━━━ Given records ━━━
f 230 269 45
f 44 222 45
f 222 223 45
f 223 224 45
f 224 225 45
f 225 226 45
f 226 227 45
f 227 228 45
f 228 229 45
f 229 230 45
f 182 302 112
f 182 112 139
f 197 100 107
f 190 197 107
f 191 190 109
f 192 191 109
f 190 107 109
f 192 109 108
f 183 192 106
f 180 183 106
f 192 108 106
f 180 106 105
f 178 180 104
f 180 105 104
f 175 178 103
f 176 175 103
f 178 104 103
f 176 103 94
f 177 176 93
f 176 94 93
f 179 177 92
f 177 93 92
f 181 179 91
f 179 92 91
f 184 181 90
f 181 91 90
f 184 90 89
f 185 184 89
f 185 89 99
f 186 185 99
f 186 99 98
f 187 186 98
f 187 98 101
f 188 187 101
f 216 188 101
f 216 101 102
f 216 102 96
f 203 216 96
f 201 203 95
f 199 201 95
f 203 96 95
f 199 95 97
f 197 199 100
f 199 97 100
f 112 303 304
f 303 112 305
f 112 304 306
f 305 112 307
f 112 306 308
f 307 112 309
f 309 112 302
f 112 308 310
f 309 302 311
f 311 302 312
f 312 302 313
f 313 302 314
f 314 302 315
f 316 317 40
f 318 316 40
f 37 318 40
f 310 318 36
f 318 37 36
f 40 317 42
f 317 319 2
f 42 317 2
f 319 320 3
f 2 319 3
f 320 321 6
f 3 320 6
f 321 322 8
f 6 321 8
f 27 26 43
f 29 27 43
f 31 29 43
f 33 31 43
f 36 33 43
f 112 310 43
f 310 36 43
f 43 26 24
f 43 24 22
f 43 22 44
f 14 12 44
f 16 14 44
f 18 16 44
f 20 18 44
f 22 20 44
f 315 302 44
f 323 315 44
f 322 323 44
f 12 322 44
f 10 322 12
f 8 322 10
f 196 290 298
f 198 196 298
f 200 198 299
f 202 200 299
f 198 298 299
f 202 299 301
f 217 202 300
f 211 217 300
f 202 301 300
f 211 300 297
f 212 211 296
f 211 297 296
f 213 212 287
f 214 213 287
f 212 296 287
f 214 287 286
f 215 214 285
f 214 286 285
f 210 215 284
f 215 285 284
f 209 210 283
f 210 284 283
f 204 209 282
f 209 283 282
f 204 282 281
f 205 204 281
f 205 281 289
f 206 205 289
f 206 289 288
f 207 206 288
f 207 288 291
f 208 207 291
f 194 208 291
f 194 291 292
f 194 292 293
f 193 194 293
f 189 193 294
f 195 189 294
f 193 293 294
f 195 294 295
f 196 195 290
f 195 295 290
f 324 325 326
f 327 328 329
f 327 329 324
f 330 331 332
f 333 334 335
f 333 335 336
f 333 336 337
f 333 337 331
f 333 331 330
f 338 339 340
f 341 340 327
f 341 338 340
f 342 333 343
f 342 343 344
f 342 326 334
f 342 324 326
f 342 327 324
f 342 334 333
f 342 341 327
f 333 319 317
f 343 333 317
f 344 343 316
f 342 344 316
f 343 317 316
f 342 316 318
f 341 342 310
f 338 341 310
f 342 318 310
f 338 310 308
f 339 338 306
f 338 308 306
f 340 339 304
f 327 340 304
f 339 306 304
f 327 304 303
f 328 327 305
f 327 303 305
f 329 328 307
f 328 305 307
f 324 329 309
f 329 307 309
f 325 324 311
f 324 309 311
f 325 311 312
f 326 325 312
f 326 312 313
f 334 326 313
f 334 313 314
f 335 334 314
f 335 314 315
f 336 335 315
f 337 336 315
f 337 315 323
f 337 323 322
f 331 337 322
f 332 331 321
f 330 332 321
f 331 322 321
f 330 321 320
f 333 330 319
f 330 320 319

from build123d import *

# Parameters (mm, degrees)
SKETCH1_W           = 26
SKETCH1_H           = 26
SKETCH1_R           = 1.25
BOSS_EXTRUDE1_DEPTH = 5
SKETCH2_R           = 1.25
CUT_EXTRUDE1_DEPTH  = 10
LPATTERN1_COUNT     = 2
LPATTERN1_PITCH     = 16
━━━
**What to work on:**
In the records above, the line with "f 214 213 287" marks the start and the line with "f 207 288 291" marks the end; copy that stretch exactly, both lines included, and nothing else.

**Solution:**
f 214 213 287
f 212 296 287
f 214 287 286
f 215 214 285
f 214 286 285
f 210 215 284
f 215 285 284
f 209 210 283
f 210 284 283
f 204 209 282
f 209 283 282
f 204 282 281
f 205 204 281
f 205 281 289
f 206 205 289
f 206 289 288
f 207 206 288
f 207 288 291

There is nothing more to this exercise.